| PROBLEM TO WORK ON |
Scan the records below for the line containing "f 667 859 862" and the line containing "f 872 867 672". Copy both, plus every line between, exactly.

(Stored items)
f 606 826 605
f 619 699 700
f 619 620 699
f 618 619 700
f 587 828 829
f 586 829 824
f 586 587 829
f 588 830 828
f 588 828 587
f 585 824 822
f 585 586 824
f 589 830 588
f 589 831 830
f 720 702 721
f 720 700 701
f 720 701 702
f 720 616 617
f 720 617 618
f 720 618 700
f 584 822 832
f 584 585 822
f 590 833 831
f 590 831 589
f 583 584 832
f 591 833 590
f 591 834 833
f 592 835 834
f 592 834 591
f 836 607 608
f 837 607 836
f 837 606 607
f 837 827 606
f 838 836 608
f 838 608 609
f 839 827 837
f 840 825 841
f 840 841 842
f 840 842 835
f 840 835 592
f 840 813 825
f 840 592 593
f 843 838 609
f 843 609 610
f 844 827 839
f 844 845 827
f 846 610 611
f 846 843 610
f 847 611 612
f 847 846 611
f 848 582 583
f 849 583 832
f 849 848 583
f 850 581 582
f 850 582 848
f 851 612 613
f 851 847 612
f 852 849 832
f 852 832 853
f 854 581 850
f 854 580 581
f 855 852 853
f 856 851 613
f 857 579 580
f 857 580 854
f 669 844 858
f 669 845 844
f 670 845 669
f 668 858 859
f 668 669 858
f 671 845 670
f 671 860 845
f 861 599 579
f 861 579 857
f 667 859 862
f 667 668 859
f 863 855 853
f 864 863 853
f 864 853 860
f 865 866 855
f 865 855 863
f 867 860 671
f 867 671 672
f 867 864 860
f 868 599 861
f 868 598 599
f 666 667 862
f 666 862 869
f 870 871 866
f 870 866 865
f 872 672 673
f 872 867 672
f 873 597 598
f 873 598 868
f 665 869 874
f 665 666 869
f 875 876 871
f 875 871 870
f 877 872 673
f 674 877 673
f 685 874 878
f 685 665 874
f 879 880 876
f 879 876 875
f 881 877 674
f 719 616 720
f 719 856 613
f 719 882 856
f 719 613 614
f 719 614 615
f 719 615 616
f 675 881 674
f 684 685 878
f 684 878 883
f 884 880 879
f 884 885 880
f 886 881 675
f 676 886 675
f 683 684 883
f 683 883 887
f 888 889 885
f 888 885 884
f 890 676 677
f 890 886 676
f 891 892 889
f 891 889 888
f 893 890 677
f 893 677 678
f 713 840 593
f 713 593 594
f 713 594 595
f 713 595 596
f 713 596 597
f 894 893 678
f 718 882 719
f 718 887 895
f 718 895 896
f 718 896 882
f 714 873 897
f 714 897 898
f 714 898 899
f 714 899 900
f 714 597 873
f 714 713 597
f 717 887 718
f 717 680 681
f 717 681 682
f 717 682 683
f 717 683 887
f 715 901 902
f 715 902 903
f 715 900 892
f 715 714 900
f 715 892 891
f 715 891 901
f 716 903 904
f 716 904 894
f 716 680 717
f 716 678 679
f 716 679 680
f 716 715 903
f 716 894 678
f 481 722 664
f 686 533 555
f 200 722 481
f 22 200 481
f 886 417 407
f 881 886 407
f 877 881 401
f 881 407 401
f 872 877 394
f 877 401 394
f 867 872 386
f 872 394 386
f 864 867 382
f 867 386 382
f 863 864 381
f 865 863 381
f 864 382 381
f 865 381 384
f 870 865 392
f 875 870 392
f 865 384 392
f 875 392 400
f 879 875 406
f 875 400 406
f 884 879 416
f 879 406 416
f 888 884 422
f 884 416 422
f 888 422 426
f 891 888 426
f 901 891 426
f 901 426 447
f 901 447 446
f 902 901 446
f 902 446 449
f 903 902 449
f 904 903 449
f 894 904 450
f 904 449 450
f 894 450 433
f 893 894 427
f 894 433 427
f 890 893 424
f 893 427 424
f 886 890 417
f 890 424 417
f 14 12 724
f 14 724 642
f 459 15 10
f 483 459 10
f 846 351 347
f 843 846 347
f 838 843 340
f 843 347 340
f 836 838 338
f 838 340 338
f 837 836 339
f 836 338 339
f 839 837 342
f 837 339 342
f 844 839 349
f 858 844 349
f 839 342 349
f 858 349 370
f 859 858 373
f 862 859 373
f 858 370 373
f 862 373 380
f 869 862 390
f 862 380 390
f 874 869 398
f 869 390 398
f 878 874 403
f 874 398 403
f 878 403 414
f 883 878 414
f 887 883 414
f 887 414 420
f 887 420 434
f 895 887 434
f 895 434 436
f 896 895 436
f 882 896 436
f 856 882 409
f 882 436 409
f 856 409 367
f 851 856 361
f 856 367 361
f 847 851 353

| RESPONSE TO THIS EXERCISE |
f 667 859 862
f 667 668 859
f 863 855 853
f 864 863 853
f 864 853 860
f 865 866 855
f 865 855 863
f 867 860 671
f 867 671 672
f 867 864 860
f 868 599 861
f 868 598 599
f 666 667 862
f 666 862 869
f 870 871 866
f 870 866 865
f 872 672 673
f 872 867 672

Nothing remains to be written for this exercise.